• **Your task**
Below is a listing; restate from it, character for character, the lines beginning at the line holding "#160=FACE_BOUND('',#159,.T.);" and ending at the line holding "#204=EDGE_CURVE('',#121,#202,#203,.F.);", both included.

• **Exercise materials**

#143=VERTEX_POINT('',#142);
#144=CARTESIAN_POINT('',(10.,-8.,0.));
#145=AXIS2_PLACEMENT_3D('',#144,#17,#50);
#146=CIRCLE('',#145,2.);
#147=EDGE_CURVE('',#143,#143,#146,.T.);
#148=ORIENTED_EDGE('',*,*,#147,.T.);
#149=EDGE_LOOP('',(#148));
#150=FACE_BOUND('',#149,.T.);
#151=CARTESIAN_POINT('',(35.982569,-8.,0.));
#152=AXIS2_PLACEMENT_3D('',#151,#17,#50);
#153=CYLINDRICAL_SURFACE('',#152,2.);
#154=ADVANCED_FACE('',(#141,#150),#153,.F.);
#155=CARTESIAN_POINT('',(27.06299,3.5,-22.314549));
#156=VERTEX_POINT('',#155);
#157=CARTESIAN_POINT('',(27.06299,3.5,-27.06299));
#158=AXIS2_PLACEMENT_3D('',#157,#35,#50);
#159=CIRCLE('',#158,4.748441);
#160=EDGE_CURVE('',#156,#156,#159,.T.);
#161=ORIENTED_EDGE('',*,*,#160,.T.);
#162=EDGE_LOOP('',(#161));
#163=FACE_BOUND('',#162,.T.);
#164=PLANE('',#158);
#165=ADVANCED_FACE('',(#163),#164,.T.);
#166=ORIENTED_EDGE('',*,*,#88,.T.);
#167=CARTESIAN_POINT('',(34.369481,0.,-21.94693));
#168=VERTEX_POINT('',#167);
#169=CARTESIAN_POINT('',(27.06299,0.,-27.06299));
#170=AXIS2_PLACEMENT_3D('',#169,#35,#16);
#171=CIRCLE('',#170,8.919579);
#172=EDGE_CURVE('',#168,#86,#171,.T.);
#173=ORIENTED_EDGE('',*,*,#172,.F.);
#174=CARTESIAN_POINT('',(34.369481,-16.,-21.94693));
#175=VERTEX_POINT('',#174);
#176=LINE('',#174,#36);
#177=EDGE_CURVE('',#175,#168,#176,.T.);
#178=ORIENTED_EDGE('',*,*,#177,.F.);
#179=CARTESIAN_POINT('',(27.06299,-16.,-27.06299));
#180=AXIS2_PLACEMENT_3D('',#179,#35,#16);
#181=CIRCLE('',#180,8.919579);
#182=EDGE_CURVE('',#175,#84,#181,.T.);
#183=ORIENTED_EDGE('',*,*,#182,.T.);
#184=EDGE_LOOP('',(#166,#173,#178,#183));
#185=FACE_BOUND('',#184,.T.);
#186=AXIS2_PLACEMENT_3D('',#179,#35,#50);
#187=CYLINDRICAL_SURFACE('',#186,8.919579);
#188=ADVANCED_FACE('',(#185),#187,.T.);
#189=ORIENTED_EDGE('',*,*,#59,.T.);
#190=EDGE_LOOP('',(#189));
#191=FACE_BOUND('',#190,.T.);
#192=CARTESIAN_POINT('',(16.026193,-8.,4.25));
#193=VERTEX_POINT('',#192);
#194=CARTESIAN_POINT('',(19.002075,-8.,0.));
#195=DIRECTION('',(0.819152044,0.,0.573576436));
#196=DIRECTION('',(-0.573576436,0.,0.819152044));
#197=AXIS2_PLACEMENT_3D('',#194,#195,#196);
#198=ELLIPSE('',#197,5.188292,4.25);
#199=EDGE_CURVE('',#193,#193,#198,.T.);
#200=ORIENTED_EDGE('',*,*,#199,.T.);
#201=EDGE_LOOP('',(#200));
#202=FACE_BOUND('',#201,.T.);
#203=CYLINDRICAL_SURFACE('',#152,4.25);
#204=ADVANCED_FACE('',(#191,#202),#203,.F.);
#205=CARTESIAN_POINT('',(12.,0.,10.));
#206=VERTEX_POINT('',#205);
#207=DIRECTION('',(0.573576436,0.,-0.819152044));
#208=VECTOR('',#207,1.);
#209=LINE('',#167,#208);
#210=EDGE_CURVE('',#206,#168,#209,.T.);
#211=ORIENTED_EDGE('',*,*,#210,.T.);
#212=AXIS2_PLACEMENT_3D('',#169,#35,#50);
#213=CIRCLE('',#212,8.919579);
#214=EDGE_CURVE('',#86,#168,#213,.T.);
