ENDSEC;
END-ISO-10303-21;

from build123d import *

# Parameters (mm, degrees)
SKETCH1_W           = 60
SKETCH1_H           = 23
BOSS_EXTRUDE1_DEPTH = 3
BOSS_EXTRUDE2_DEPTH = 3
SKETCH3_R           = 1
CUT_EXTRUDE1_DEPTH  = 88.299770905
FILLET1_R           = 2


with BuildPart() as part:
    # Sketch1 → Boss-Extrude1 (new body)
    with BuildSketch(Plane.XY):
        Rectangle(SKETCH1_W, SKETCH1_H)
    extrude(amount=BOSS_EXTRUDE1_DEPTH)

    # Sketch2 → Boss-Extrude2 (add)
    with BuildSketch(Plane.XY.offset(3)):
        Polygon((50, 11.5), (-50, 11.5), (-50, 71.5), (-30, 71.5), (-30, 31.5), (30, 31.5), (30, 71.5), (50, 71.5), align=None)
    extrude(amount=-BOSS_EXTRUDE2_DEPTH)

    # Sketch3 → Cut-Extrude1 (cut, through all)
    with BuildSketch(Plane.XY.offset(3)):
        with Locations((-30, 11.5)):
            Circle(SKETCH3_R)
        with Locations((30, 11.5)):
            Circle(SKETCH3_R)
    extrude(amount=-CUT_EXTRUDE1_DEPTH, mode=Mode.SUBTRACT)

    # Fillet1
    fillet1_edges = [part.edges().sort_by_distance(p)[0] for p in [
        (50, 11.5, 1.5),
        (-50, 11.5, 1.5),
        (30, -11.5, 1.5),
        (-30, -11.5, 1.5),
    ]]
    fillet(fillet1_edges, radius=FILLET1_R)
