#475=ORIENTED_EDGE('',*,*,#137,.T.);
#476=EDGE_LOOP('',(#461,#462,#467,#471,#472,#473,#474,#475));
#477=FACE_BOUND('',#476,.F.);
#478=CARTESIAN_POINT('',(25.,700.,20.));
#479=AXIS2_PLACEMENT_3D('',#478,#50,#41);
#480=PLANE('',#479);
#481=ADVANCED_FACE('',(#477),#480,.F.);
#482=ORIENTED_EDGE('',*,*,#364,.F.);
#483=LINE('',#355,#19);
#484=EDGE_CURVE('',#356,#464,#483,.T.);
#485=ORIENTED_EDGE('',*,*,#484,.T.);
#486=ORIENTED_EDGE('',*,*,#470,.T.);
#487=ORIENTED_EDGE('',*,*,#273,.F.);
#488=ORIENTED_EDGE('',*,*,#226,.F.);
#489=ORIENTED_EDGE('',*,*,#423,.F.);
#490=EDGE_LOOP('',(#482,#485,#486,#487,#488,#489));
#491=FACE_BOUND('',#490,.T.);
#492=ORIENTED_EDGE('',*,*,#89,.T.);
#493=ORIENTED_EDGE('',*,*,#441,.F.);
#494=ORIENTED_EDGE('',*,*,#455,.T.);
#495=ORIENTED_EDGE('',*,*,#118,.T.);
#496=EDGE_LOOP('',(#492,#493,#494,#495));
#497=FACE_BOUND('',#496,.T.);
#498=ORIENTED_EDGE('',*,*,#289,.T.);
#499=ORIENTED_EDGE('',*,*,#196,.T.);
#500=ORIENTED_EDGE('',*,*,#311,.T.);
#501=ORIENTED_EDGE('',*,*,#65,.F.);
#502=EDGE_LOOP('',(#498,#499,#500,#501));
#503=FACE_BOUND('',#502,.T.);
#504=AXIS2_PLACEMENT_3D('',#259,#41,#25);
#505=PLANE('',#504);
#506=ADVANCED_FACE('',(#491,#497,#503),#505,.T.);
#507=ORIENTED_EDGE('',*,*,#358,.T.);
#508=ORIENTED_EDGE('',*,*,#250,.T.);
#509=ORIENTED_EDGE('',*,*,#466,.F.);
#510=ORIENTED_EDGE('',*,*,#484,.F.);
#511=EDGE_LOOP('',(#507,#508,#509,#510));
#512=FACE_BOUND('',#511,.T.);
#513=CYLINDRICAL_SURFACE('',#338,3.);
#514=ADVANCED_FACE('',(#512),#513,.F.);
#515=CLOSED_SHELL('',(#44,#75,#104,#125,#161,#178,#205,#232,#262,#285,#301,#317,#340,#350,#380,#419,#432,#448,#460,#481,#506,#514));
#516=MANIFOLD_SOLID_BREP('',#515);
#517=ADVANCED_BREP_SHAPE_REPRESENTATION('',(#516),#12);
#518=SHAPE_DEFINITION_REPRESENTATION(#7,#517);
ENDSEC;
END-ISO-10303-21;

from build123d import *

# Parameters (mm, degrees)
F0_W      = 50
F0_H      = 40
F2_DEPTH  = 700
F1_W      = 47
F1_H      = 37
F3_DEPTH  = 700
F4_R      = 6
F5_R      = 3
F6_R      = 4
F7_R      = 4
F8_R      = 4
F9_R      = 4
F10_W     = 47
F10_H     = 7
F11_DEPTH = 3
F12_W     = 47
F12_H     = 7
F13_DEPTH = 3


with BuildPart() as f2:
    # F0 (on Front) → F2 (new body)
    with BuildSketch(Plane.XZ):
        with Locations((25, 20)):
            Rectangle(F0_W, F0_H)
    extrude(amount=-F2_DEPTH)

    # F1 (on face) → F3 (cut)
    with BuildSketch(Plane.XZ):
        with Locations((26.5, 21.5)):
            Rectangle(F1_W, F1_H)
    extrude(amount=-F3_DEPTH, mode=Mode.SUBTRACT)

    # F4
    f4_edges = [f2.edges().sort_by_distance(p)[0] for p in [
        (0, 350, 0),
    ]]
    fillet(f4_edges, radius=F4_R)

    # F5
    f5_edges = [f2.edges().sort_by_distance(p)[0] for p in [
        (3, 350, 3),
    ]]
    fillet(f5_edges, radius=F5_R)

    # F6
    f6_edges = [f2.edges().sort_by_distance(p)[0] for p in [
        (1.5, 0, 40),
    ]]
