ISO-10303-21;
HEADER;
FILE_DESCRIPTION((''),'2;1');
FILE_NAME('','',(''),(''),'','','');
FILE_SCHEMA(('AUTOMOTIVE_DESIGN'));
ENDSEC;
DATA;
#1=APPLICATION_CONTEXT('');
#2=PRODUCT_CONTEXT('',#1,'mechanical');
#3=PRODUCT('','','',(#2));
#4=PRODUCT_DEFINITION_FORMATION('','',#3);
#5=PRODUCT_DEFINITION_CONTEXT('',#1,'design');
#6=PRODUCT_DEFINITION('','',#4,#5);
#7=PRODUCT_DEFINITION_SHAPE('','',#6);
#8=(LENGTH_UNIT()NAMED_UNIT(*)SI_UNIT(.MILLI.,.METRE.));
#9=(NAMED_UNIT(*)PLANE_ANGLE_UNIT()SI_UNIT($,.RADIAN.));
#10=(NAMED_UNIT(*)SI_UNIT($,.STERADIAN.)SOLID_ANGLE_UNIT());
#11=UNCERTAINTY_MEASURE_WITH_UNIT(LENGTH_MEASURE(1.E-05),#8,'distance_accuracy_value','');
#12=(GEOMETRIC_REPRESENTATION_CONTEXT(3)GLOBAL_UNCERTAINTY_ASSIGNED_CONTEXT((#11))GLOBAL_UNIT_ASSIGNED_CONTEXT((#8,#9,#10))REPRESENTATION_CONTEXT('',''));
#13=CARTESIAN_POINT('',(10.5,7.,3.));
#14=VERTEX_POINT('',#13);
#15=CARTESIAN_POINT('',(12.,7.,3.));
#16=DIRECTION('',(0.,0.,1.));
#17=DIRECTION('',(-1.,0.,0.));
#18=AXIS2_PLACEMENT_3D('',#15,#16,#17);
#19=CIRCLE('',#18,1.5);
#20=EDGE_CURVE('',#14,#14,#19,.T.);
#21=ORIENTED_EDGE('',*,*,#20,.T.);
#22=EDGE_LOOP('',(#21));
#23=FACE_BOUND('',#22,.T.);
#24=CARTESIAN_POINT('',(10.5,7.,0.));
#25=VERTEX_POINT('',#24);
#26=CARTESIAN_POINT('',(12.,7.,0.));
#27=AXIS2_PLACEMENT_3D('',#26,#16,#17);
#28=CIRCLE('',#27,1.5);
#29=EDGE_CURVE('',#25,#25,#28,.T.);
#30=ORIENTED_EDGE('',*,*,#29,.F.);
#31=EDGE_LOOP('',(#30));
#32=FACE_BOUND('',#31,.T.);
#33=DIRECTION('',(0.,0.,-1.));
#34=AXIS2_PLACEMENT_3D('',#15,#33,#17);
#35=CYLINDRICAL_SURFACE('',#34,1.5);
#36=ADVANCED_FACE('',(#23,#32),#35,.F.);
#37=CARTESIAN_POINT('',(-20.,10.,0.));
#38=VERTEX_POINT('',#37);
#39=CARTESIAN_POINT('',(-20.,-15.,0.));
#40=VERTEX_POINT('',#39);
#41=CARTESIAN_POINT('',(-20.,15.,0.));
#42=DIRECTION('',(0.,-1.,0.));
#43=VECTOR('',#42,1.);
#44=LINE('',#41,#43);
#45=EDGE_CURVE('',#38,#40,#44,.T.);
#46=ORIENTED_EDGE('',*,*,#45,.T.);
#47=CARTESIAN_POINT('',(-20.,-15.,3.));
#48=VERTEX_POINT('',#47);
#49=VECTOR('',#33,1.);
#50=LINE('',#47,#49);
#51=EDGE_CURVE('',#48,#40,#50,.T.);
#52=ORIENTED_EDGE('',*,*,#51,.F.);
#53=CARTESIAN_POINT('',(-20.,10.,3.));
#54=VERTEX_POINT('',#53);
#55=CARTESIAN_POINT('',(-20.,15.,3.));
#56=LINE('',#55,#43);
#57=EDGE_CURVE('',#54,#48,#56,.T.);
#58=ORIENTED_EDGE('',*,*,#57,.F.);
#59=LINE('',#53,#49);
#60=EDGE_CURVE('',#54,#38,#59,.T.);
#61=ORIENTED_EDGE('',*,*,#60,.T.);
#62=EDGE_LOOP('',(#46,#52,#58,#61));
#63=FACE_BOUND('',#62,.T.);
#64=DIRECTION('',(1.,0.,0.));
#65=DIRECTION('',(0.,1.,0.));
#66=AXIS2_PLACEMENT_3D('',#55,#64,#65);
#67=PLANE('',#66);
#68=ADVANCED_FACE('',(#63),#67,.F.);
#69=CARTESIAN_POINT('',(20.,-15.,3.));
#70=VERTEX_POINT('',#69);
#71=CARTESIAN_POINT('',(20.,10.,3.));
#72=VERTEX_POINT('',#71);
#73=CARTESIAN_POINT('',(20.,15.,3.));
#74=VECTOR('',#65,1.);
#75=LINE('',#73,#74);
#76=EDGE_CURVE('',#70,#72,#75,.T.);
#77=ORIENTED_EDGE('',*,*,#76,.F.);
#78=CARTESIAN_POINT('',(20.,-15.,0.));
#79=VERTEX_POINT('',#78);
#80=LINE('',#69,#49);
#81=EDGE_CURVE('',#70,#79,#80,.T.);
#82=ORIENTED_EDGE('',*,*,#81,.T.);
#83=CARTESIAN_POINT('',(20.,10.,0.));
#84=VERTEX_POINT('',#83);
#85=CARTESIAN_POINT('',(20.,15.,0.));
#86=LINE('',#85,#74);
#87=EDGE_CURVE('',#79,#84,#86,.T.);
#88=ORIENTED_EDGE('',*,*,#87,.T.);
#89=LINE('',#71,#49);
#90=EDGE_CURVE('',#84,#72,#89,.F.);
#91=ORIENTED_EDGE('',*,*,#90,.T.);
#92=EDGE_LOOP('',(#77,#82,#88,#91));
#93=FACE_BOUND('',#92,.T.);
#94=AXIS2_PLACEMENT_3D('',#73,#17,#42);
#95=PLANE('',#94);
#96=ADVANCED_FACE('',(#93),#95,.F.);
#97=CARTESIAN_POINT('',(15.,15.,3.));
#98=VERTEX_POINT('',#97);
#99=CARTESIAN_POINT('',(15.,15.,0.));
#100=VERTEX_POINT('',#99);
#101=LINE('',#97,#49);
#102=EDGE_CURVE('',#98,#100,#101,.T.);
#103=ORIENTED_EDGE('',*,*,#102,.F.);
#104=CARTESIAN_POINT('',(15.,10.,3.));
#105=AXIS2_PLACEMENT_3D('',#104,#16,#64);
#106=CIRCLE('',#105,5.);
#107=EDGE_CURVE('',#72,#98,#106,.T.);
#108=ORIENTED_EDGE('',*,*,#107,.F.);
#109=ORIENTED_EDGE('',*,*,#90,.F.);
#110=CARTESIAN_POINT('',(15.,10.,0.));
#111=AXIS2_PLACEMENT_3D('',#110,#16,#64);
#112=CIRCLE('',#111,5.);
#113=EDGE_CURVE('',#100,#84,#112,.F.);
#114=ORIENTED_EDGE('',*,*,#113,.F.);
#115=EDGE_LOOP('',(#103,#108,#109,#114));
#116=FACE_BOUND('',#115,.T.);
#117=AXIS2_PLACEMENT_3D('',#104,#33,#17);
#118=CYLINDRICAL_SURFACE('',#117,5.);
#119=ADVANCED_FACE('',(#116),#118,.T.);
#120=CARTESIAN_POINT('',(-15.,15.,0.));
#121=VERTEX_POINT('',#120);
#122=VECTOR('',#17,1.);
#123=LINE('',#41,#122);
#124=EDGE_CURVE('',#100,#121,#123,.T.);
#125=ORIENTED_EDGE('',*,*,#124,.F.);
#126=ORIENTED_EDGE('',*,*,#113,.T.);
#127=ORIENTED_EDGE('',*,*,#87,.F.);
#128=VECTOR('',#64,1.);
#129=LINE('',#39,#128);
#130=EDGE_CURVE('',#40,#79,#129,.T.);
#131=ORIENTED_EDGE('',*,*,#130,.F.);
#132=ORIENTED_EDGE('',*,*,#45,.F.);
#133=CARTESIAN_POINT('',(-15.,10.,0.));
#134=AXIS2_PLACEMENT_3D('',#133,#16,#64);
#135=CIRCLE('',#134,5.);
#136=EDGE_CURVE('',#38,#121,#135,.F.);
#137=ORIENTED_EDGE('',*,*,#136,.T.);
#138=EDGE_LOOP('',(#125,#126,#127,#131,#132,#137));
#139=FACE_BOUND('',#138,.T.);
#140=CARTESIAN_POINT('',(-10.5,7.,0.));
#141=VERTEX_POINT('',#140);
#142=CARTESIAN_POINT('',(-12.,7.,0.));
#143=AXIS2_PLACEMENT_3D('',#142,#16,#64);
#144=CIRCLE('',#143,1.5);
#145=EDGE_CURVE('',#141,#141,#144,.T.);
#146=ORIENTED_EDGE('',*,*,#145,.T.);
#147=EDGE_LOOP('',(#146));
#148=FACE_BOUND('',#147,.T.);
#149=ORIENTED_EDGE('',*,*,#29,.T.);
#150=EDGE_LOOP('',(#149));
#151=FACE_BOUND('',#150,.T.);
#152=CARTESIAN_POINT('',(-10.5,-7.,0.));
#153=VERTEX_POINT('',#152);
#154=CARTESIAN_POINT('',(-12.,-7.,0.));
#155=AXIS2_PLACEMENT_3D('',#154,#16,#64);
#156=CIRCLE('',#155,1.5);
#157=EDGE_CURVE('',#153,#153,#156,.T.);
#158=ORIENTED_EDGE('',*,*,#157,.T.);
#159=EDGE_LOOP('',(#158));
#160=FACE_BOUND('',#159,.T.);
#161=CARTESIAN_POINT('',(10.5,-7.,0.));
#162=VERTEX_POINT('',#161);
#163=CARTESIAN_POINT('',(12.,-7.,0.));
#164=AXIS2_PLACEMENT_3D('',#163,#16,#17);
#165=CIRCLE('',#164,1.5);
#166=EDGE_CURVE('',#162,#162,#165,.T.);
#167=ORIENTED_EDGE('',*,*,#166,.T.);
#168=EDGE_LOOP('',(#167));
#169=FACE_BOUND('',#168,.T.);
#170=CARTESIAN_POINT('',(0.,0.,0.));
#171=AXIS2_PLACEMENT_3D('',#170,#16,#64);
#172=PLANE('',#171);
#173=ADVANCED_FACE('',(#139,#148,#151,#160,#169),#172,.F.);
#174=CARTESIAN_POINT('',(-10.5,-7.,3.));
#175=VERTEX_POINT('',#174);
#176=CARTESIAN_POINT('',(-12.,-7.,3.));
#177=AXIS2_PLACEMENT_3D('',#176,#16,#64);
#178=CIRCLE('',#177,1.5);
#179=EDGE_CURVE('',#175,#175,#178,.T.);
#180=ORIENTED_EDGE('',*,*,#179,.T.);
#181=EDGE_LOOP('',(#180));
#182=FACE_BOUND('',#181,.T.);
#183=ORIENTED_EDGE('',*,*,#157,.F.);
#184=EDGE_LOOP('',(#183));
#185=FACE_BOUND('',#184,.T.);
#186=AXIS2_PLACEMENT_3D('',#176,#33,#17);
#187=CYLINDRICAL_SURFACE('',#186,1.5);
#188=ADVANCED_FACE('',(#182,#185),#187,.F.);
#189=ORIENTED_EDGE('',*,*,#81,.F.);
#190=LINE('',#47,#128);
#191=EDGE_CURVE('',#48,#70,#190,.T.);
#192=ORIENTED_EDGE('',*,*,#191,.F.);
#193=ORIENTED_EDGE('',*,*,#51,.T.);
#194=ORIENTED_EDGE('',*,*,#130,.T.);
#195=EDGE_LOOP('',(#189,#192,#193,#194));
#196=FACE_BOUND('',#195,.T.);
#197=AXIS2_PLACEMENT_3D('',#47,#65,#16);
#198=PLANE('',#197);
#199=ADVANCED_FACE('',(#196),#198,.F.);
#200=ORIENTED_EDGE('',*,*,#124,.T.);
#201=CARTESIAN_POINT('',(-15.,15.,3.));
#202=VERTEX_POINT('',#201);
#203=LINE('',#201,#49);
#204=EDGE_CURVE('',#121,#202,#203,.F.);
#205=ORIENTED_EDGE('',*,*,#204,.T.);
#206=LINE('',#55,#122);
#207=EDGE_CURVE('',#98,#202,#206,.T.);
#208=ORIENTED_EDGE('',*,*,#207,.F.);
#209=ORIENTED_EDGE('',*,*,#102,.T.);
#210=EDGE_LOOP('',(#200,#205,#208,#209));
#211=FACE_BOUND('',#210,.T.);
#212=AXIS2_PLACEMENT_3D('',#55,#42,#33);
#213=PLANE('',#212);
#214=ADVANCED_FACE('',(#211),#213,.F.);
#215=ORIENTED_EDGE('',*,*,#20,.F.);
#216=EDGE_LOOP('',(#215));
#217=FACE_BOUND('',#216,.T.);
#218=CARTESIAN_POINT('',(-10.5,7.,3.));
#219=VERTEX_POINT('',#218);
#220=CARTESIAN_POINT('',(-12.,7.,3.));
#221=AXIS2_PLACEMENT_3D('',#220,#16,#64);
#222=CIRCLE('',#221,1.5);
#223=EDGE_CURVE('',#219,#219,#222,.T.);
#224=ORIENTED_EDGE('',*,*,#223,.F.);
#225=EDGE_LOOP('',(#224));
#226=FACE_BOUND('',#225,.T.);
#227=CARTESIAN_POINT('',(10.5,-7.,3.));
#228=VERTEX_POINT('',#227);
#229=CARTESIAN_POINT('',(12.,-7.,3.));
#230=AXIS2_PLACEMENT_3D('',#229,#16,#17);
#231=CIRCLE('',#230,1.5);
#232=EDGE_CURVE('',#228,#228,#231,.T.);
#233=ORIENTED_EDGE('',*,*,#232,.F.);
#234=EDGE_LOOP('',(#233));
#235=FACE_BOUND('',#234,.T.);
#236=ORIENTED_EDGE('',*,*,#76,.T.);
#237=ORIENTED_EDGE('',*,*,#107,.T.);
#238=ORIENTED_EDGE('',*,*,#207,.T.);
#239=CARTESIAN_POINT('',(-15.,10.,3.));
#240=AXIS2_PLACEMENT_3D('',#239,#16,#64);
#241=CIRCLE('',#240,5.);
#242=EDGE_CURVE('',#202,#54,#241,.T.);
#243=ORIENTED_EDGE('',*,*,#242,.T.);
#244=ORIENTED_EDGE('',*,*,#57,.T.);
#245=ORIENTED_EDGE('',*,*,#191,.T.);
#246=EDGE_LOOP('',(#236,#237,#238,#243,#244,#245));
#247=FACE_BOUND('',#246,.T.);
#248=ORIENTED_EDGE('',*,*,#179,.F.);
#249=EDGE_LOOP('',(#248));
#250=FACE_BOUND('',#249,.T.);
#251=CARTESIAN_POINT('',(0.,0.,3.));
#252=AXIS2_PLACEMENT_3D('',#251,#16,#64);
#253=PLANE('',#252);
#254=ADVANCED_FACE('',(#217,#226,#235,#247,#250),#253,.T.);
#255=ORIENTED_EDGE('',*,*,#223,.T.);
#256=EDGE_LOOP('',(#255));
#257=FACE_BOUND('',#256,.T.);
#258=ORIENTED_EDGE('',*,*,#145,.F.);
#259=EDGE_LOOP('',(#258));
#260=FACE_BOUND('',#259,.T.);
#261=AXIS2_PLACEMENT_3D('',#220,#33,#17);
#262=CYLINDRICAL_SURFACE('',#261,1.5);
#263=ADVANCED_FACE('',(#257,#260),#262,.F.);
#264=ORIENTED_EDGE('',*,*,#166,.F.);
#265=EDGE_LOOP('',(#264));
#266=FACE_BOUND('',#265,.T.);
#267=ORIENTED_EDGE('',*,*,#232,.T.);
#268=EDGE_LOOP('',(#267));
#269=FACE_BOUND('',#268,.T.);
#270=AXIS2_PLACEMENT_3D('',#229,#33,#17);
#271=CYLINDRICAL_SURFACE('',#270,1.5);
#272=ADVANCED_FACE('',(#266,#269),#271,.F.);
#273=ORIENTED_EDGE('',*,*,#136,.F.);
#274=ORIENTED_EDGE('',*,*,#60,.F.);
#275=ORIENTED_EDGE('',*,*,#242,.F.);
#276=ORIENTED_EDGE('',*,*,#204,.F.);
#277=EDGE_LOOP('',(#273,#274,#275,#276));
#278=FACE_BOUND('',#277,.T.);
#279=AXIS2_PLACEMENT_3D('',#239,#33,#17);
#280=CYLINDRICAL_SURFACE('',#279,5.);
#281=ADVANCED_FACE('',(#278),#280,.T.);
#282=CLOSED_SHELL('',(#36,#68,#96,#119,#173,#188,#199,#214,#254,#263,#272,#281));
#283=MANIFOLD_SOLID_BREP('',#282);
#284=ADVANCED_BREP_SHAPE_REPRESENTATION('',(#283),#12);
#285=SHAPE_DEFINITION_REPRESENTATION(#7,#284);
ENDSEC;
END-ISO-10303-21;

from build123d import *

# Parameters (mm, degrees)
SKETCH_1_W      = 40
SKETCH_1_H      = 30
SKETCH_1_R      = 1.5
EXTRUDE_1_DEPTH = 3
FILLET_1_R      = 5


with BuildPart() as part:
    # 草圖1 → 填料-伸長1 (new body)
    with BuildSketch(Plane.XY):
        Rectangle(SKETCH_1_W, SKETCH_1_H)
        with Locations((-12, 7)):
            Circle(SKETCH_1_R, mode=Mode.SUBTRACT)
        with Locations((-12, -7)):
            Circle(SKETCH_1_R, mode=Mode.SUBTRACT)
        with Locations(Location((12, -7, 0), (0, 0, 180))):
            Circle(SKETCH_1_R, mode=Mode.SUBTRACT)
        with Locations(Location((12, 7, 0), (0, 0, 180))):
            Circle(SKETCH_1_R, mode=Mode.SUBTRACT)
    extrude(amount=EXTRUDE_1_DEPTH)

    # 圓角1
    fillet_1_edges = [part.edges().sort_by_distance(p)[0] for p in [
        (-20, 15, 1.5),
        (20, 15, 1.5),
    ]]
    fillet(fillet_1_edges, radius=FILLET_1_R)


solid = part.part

• **Solution for this problem**
#160=FACE_BOUND('',#159,.T.);
#161=CARTESIAN_POINT('',(10.5,-7.,0.));
#162=VERTEX_POINT('',#161);
#163=CARTESIAN_POINT('',(12.,-7.,0.));
#164=AXIS2_PLACEMENT_3D('',#163,#16,#17);
#165=CIRCLE('',#164,1.5);
#166=EDGE_CURVE('',#162,#162,#165,.T.);
#167=ORIENTED_EDGE('',*,*,#166,.T.);
#168=EDGE_LOOP('',(#167));
#169=FACE_BOUND('',#168,.T.);
#170=CARTESIAN_POINT('',(0.,0.,0.));
#171=AXIS2_PLACEMENT_3D('',#170,#16,#64);
#172=PLANE('',#171);
#173=ADVANCED_FACE('',(#139,#148,#151,#160,#169),#172,.F.);
#174=CARTESIAN_POINT('',(-10.5,-7.,3.));
#175=VERTEX_POINT('',#174);
#176=CARTESIAN_POINT('',(-12.,-7.,3.));
#177=AXIS2_PLACEMENT_3D('',#176,#16,#64);
#178=CIRCLE('',#177,1.5);
#179=EDGE_CURVE('',#175,#175,#178,.T.);
#180=ORIENTED_EDGE('',*,*,#179,.T.);
#181=EDGE_LOOP('',(#180));
#182=FACE_BOUND('',#181,.T.);
#183=ORIENTED_EDGE('',*,*,#157,.F.);
#184=EDGE_LOOP('',(#183));
#185=FACE_BOUND('',#184,.T.);
#186=AXIS2_PLACEMENT_3D('',#176,#33,#17);
#187=CYLINDRICAL_SURFACE('',#186,1.5);
#188=ADVANCED_FACE('',(#182,#185),#187,.F.);
#189=ORIENTED_EDGE('',*,*,#81,.F.);
#190=LINE('',#47,#128);
#191=EDGE_CURVE('',#48,#70,#190,.T.);
#192=ORIENTED_EDGE('',*,*,#191,.F.);
#193=ORIENTED_EDGE('',*,*,#51,.T.);
#194=ORIENTED_EDGE('',*,*,#130,.T.);
#195=EDGE_LOOP('',(#189,#192,#193,#194));
#196=FACE_BOUND('',#195,.T.);
#197=AXIS2_PLACEMENT_3D('',#47,#65,#16);
#198=PLANE('',#197);
#199=ADVANCED_FACE('',(#196),#198,.F.);
#200=ORIENTED_EDGE('',*,*,#124,.T.);
#201=CARTESIAN_POINT('',(-15.,15.,3.));
#202=VERTEX_POINT('',#201);
#203=LINE('',#201,#49);
#204=EDGE_CURVE('',#121,#202,#203,.F.);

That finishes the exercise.